# They er Back !!!



## offroad (Sep 16, 2011)




----------



## dudeondacouch (Apr 6, 2010)

Damn you. Almost 2 months until I can get down for a trip.


----------



## surfchunker (Apr 10, 2006)

nice fish but can't believe you ran a towel or something thru it's jaw like that


----------



## speckhunter80 (Oct 3, 2011)

Those are FishGrips


----------



## Meakle (Jun 5, 2006)

Really nice catch there!
Have to share what worked for you, bait and location?
I've seen few reports, seems like most the Red's and Trout have been up shallow and in creaks, your pic looks like sand - were you in surf?


----------



## dudeondacouch (Apr 6, 2010)

SENC beach would be my guess.


----------



## offroad (Sep 16, 2011)

Meakle said:


> Really nice catch there!
> Have to share what worked for you, bait and location?
> I've seen few reports, seems like most the Red's and Trout have been up shallow and in creaks, your pic looks like sand - were you in surf?

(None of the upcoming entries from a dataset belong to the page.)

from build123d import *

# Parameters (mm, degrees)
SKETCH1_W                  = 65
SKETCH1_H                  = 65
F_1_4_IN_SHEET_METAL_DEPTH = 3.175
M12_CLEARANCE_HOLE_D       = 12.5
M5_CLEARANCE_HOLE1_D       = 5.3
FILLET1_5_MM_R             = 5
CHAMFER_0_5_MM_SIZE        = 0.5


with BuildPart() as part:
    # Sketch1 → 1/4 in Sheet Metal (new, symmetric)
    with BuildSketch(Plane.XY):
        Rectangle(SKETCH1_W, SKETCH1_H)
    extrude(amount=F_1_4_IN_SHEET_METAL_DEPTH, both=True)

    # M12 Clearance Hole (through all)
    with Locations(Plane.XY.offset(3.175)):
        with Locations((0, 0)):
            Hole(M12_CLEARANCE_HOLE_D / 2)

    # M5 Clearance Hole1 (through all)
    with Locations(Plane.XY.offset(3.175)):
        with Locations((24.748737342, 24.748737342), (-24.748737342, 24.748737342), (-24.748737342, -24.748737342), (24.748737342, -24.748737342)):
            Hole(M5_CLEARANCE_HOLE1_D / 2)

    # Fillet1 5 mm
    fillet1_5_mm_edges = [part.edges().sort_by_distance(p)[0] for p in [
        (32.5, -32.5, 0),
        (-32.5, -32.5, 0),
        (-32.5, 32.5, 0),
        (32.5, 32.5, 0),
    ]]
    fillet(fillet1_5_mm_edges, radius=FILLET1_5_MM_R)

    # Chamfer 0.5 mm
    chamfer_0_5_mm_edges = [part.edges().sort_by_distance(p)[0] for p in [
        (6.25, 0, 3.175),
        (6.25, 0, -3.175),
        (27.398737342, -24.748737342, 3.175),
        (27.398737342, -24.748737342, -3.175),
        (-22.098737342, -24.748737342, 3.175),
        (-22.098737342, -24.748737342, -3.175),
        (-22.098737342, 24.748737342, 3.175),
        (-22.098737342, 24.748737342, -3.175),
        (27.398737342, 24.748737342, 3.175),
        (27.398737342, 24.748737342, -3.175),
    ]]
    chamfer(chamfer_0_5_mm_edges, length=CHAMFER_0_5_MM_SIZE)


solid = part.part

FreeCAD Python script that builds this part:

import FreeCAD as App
import Part
import Sketcher
from FreeCAD import Vector


def edges_at(feature, points):
    """Names of the edges that pass closest to the given points."""
    edges = feature.Shape.Edges
    near = lambda p: min(range(len(edges)), key=lambda i: edges[i].distToShape(Part.Vertex(*p))[0])
    return sorted({f"Edge{near(p) + 1}" for p in points})

doc = App.newDocument("Part")
params = doc.addObject("Spreadsheet::Sheet", "Params")
for row, (alias, value) in enumerate([
    ("sketch1_width", "65 mm"),
    ("pad1_length", "6.35 mm"),
    ("sketch2_diameter", "12.5 mm"),
    ("hole_diameter", "12.5 mm"),
    ("sketch3_diameter", "5.3 mm"),
    ("hole2_diameter", "5.3 mm"),
    ("fillet_radius", "5 mm"),
    ("chamfer_size", "0.5 mm"),
], start=1):
    params.set(f"A{row}", alias)
    params.set(f"B{row}", "=" + value)
    params.setAlias(f"B{row}", alias)

body = doc.addObject("PartDesign::Body", "Body")

# Sketch on XY plane
sketch1 = doc.addObject("Sketcher::SketchObject", "Sketch")
body.addObject(sketch1)
sketch1.AttachmentSupport = (doc.XY_Plane, [""])
sketch1.MapMode = "FlatFace"
sketch1.addGeometry(Part.LineSegment(Vector(-32.5, 32.5, 0), Vector(-32.5, -32.5, 0)), False)
sketch1.addGeometry(Part.LineSegment(Vector(-32.5, -32.5, 0), Vector(32.5, -32.5, 0)), False)
sketch1.addGeometry(Part.LineSegment(Vector(32.5, -32.5, 0), Vector(32.5, 32.5, 0)), False)
sketch1.addGeometry(Part.LineSegment(Vector(32.5, 32.5, 0), Vector(-32.5, 32.5, 0)), False)
sketch1.addConstraint(Sketcher.Constraint("Coincident", 0, 2, 1, 1))
sketch1.addConstraint(Sketcher.Constraint("Coincident", 1, 2, 2, 1))
sketch1.addConstraint(Sketcher.Constraint("Coincident", 2, 2, 3, 1))
sketch1.addConstraint(Sketcher.Constraint("Coincident", 3, 2, 0, 1))
sketch1.addConstraint(Sketcher.Constraint("Vertical", 0))
sketch1.addConstraint(Sketcher.Constraint("Horizontal", 1))
sketch1.addConstraint(Sketcher.Constraint("Vertical", 2))
sketch1.addConstraint(Sketcher.Constraint("Horizontal", 3))
sketch1.addConstraint(Sketcher.Constraint("Symmetric", 0, 2, 2, 2, -1, 1))
sketch1.addConstraint(Sketcher.Constraint("Equal", 3, 0))
sketch1.addConstraint(Sketcher.Constraint("DistanceX", 1, 1, 1, 2, 65.0))
sketch1.setExpression("Constraints[10]", "Params.sketch1_width")
pad1 = doc.addObject("PartDesign::Pad", "Pad")
body.addObject(pad1)
pad1.Profile = sketch1
pad1.setExpression("Length", "Params.pad1_length")
pad1.Midplane = True

# Sketch on XY plane
sketch2 = doc.addObject("Sketcher::SketchObject", "Sketch001")
body.addObject(sketch2)
sketch2.AttachmentSupport = (doc.XY_Plane, [""])
sketch2.MapMode = "FlatFace"
sketch2.AttachmentOffset = App.Placement(Vector(0, 0, 3.175), App.Rotation())
sketch2.addGeometry(Part.Circle(Vector(0, 0, 0), Vector(0, 0, 1), 6.25), False)
sketch2.addConstraint(Sketcher.Constraint("Coincident", 0, 3, -1, 1))
sketch2.addConstraint(Sketcher.Constraint("Diameter", 0, 12.5))
sketch2.setExpression("Constraints[1]", "Params.sketch2_diameter")
doc.recompute()
hole = doc.addObject("PartDesign::Hole", "Hole")
body.addObject(hole)
hole.Profile = sketch2
hole.ThreadType = "None"
hole.setExpression("Diameter", "Params.hole_diameter")
hole.DepthType = "ThroughAll"

# Sketch on XY plane
sketch3 = doc.addObject("Sketcher::SketchObject", "Sketch002")
body.addObject(sketch3)
sketch3.AttachmentSupport = (doc.XY_Plane, [""])
sketch3.MapMode = "FlatFace"
sketch3.AttachmentOffset = App.Placement(Vector(0, 0, 3.175), App.Rotation())
sketch3.addGeometry(Part.Circle(Vector(24.748737, 24.748737, 0), Vector(0, 0, 1), 2.65), False)
sketch3.addGeometry(Part.Circle(Vector(-24.748737, 24.748737, 0), Vector(0, 0, 1), 2.65), False)
sketch3.addGeometry(Part.Circle(Vector(-24.748737, -24.748737, 0), Vector(0, 0, 1), 2.65), False)
sketch3.addGeometry(Part.Circle(Vector(24.748737, -24.748737, 0), Vector(0, 0, 1), 2.65), False)
sketch3.addConstraint(Sketcher.Constraint("Equal", 0, 1))
sketch3.addConstraint(Sketcher.Constraint("Equal", 1, 2))
sketch3.addConstraint(Sketcher.Constraint("Equal", 2, 3))
sketch3.addConstraint(Sketcher.Constraint("Symmetric", 0, 3, 2, 3, -1, 1))
sketch3.addConstraint(Sketcher.Constraint("Symmetric", 1, 3, 3, 3, -1, 1))
sketch3.addConstraint(Sketcher.Constraint("Symmetric", 0, 3, 1, 3, -2))
sketch3.addConstraint(Sketcher.Constraint("Diameter", 0, 5.3))
sketch3.addConstraint(Sketcher.Constraint("DistanceX", -1, 1, 0, 3, 24.748737))
sketch3.addConstraint(Sketcher.Constraint("DistanceY", -1, 1, 0, 3, 24.748737))
sketch3.setExpression("Constraints[6]", "Params.sketch3_diameter")
doc.recompute()
hole2 = doc.addObject("PartDesign::Hole", "Hole001")
body.addObject(hole2)
hole2.Profile = sketch3
hole2.ThreadType = "None"
hole2.setExpression("Diameter", "Params.hole2_diameter")
hole2.DepthType = "ThroughAll"
doc.recompute()

fillet = doc.addObject("PartDesign::Fillet", "Fillet")
body.addObject(fillet)
fillet.Base = (hole2, edges_at(hole2, [
    (32.5, -32.5, 0),
    (-32.5, -32.5, 0),
    (-32.5, 32.5, 0),
    (32.5, 32.5, 0),
]))
fillet.setExpression("Radius", "Params.fillet_radius")
doc.recompute()

chamfer = doc.addObject("PartDesign::Chamfer", "Chamfer")
body.addObject(chamfer)
chamfer.Base = (fillet, edges_at(fillet, [
    (6.25, 0, 3.175),
    (6.25, 0, -3.175),
    (27.399, -24.749, 3.175),
    (27.399, -24.749, -3.175),
    (-22.099, -24.749, 3.175),
    (-22.099, -24.749, -3.175),
    (-22.099, 24.749, 3.175),
    (-22.099, 24.749, -3.175),
    (27.399, 24.749, 3.175),
    (27.399, 24.749, -3.175),
]))
chamfer.setExpression("Size", "Params.chamfer_size")

doc.recompute()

Ocean Isle surf, fresh cut mullet ... released without any towel injury !!


----------



## Meakle (Jun 5, 2006)

Thats awesome catch at OIB in surf, appreciate the info
Thanks!


----------



## Gregg Seaford (Feb 23, 2009)

I Love It!!


----------



## BrentH (Jul 25, 2011)

Good lookin fish!


----------



## Alexy (Nov 1, 2010)

OUTSTANDING! Will be in the surf in 6 days hope the bite stays on. Looking at water temps it loks like it is going to be a beautiful spring.


----------



## abass105 (Jun 13, 2006)

Nice fish. Congrats.


----------



## Linecranker (Jan 21, 2006)

*Gives hope*

Let us hope that is a harbinger for the season.


----------



## offroad (Sep 16, 2011)

*4 days later !!*


----------



## RuddeDogg (Mar 20, 2004)

Great work, Congrats on the catch.


----------



## Tc27612 (May 4, 2011)

Hey offroad, great catches. I'm heading down this week to oak island and then easter weekend heading to ocean isle. At ocean isle I usually fish the east end but have fished the west end also. If I see you out there catching them all, I'll stop by and say hello. 

Tim


----------



## WNCRick (Sep 24, 2007)

I gotta quit doin yard work and go fishing........nice catch!


----------



## smacks fanatic (Oct 16, 2010)

damn those is some nice fishys!


----------



## Bullred (Mar 13, 2010)

Nice catches.


----------



## JPChase (Jul 31, 2010)

Any towel injury on this one?!


----------